El Tio is the god of mines, but this mine didn’t have an icon of him, so Gans and Buchanan, who had found a genuine reverence for him, built one, stole into the mine and installed him, complete with red horns and colorful streamers and a cape of cocoa leaves.
Gans, an educator-counselor in the U.S. for 35 years, said Ashland’s progressive population is “quick to judge any international company and believe they are raping the wealth” of third-world peoples. However IMF “is the conscience of the project” and requires they follow environmental, safety and cultural standards — and “they invested $25 million in studying and preserving the society, archaeology and agriculture of it.”
The town prospered beyond imagining and drew 7,000 Bolivian immigrants to share in the opportunities — electricity, plumbing, big hospital, free medical care, hotels, restaurants, huge gym, soccer stadium, three universities. Malnutrition disappeared and the child death rate dropped from 40 to 10 percent. Women were given preferential hiring because, in addition to being dependable workers, they saved more money, in contrast to men, who liked to visit the taverns, Buchanan notes.
A good wage in earlier times was $1,000 a year. It soared to $1,000 a month, sometimes twice that. From a one-room schoolhouse for scores of villages, they went to three high schools, and about a dozen people each year go on to free-ride scholarships at universities around the world, Buchanan says.
One teen girl wanted more than anything to be a mechanic and own a 200-ton, $1 million truck, like the ones used to haul ore. Now she owns and drives one and keeps it in repair.
With a landslide of modern luxuries came problems, such as alcohol, drunk driving and overwork. Miners put in 12 hours a day, seven days a week for several weeks, then get a week off.
Buchanan’s specialty is called “economic geology,” and he says he has been more concerned with creating jobs and opportunities, while Gans, his wife of 28 years, trained as an early childhood development educator, balanced him, kept a sharp eye on social justice and taught English in the village.

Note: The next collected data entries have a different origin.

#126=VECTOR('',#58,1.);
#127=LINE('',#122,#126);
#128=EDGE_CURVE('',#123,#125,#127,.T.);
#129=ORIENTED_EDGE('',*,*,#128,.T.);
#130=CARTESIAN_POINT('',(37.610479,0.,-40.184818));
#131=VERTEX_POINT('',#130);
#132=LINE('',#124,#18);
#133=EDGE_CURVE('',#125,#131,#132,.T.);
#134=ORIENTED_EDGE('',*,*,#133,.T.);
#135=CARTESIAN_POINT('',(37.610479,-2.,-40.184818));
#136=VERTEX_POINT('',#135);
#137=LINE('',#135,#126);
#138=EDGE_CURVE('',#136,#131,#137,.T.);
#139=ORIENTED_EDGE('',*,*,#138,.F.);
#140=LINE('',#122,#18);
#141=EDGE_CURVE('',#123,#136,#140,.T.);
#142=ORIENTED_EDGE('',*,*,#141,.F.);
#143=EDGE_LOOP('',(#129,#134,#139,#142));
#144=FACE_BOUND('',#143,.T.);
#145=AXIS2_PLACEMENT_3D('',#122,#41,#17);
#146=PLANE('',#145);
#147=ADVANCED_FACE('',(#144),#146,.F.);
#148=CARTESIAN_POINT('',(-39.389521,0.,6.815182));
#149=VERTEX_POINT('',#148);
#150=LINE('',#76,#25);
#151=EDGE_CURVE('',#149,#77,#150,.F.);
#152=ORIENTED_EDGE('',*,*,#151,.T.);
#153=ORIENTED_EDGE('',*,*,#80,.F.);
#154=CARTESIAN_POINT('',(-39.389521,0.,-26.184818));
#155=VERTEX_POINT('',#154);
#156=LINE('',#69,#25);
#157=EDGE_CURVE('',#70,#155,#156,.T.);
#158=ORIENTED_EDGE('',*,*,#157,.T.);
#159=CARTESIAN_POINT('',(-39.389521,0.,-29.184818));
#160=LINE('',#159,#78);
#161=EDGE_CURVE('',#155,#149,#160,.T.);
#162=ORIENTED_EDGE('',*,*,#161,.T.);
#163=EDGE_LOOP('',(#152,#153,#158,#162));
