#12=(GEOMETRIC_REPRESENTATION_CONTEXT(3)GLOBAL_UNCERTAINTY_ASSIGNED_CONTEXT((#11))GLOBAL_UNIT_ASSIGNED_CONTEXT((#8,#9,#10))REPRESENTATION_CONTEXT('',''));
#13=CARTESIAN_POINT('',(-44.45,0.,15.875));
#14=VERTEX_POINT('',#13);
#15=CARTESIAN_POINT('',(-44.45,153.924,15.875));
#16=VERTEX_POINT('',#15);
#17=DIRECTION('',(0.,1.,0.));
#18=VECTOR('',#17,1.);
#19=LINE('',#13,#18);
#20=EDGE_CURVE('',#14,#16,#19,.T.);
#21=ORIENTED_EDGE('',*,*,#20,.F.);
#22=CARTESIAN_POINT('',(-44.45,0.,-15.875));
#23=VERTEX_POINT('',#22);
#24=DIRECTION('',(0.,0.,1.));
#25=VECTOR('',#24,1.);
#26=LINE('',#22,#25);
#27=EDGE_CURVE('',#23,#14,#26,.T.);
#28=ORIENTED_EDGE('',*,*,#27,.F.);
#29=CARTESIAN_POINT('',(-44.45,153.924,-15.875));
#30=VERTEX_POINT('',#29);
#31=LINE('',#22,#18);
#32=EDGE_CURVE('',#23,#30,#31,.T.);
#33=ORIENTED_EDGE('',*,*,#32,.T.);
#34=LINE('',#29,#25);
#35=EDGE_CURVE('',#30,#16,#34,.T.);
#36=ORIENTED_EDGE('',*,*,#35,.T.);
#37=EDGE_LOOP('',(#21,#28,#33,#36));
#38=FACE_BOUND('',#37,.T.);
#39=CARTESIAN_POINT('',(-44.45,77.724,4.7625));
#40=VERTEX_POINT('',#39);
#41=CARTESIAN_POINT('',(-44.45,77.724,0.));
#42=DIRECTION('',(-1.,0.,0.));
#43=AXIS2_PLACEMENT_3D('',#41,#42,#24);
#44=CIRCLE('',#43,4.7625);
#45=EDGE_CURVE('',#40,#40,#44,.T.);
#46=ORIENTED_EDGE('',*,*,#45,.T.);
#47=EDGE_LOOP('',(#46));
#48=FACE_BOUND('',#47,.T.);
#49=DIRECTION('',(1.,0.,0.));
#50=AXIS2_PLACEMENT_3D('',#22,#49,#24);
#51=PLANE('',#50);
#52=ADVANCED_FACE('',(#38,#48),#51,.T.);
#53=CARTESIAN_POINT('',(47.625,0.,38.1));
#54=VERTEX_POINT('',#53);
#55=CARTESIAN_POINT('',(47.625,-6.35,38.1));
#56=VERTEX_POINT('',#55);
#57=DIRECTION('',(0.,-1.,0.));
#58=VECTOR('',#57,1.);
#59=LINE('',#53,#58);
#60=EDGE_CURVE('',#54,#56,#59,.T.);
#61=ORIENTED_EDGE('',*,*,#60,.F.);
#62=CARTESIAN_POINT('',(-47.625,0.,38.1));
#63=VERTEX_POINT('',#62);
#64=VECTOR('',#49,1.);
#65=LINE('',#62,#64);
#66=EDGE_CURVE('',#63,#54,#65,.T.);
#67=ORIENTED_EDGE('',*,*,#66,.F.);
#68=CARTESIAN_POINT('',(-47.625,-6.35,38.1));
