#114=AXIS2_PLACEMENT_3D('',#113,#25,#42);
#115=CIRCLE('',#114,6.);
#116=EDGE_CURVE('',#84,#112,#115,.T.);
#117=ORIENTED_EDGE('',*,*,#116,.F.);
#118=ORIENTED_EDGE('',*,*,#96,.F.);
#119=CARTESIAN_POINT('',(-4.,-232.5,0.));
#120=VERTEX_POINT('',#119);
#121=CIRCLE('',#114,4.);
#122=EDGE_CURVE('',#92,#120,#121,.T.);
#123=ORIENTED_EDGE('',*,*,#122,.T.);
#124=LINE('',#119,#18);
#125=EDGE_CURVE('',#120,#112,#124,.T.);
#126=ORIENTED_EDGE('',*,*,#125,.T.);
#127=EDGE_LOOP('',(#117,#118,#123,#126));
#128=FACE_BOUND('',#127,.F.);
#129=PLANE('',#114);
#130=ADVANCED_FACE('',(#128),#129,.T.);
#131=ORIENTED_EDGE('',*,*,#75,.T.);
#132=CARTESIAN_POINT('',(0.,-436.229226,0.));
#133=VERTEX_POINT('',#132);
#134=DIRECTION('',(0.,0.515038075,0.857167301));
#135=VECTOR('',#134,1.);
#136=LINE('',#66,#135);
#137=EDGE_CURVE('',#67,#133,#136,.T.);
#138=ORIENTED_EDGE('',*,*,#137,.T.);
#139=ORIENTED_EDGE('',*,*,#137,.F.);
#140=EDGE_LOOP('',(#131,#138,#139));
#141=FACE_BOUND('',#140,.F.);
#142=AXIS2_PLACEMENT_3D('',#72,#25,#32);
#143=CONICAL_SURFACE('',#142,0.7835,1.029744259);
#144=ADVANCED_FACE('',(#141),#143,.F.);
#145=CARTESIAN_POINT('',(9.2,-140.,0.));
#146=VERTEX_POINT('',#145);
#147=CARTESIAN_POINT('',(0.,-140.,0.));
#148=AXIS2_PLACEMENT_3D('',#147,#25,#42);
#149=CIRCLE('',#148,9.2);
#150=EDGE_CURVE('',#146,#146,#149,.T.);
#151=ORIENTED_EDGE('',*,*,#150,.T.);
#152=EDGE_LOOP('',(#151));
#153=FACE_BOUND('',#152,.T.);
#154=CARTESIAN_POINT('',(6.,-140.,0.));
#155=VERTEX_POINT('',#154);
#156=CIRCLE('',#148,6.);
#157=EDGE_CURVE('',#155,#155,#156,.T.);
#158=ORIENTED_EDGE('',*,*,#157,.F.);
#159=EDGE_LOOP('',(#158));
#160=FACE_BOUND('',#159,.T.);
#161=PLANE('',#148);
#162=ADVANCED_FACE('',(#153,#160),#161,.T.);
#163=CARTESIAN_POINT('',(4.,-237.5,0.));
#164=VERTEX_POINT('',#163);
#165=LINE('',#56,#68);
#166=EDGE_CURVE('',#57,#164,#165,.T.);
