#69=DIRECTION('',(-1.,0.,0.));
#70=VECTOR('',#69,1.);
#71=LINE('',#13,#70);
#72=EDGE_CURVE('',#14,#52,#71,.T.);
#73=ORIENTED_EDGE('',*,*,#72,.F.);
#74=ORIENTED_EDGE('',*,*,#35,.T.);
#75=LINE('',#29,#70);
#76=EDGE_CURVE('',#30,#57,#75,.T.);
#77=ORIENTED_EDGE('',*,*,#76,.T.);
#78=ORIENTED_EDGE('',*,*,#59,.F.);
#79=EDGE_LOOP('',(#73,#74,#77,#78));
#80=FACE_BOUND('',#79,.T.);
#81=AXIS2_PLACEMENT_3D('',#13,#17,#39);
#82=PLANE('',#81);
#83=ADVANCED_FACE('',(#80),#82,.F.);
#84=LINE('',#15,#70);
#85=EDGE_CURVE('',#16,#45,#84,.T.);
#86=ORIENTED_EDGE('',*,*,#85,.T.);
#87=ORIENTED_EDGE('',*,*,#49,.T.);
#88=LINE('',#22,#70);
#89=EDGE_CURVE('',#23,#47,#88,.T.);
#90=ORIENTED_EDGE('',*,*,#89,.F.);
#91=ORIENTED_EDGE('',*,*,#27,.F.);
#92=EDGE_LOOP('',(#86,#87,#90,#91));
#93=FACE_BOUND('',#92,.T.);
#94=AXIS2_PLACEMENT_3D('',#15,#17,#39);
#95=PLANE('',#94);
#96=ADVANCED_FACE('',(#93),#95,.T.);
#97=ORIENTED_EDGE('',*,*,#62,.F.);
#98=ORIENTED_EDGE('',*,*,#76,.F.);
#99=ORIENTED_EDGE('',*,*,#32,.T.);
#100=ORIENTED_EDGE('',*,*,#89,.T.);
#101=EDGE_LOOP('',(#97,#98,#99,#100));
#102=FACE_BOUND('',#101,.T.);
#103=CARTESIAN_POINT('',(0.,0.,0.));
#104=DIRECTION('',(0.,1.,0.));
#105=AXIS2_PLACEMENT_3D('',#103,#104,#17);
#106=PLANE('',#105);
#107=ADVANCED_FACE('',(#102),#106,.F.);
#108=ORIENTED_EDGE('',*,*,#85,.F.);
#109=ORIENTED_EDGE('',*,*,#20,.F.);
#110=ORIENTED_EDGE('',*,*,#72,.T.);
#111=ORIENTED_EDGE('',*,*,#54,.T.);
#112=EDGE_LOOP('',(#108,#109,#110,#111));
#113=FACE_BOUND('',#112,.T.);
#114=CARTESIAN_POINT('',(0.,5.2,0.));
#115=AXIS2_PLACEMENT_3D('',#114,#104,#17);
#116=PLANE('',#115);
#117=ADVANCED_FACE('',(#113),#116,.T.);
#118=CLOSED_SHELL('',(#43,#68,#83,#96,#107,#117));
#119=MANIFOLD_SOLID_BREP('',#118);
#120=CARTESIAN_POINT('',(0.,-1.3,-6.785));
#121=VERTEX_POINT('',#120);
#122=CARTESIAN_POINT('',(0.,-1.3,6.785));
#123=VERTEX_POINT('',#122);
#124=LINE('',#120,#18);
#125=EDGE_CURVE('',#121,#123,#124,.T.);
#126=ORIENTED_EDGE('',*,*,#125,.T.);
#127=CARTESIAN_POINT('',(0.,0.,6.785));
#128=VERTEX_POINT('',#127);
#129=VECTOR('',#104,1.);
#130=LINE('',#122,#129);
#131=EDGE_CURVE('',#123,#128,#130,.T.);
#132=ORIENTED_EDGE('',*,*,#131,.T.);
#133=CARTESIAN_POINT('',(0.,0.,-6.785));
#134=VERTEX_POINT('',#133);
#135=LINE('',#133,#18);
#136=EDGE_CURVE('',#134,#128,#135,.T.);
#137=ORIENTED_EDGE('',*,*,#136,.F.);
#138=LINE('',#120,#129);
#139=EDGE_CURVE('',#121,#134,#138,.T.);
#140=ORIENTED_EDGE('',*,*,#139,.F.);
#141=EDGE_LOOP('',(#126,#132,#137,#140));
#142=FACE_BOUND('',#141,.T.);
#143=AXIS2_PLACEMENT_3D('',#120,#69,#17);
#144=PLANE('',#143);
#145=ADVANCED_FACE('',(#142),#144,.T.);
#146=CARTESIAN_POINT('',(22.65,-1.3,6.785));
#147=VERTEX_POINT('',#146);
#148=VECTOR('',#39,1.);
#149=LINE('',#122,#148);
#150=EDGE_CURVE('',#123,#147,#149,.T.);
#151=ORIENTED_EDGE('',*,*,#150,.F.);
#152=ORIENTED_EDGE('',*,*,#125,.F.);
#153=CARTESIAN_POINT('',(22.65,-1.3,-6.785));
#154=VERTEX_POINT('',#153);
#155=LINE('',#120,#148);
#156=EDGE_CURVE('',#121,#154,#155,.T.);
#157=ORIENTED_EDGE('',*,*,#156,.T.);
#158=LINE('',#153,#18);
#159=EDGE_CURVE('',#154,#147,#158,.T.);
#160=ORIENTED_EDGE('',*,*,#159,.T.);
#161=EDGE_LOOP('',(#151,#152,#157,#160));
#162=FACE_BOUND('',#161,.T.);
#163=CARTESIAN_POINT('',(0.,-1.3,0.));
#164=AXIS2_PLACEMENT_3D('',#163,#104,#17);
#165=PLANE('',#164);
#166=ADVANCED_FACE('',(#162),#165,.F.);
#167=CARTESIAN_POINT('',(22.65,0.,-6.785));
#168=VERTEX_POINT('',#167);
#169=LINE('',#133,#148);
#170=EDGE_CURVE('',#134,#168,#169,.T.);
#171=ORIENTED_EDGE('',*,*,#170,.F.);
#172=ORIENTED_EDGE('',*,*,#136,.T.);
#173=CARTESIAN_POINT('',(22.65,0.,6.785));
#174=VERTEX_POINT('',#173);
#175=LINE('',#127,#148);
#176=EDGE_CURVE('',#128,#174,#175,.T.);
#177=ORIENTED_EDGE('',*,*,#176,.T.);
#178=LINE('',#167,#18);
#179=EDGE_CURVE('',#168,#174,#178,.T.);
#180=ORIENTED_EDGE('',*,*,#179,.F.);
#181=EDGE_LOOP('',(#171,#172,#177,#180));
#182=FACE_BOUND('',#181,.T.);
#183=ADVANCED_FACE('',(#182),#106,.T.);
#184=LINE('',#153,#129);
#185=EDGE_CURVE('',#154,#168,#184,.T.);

The town was entirely rebuilt and inhabitants chose lots of shiny corrugated steel for roofing and walls because it would fulfill the prophecy of El Tio, that when his promised riches arrived, the homes would shine like silver.
The mine produces 35 million ounces of silver a year, worth $525 million. The town gets $12 million to $20 million a year. The Bolivian government and mine owner Sumitomo, in Japan, get $260 million and $390 million a year, respectively.
It’s been the adventure of a lifetime in which, Buchanan notes, “I’ve had a lot of luck. There are 25,000 geologists out looking for this, and they’re smart people. I’ve seen their traces here — but I’m the one who found it while they were out drinking beer and chasing women.
“I’m very proud of what we did, and I love the people. They’re honest and hard working,” says Buchanan. “We came and went over a 10-year period and really got to know them. They wanted me to be mayor, but I couldn’t because I’m not Bolivian.”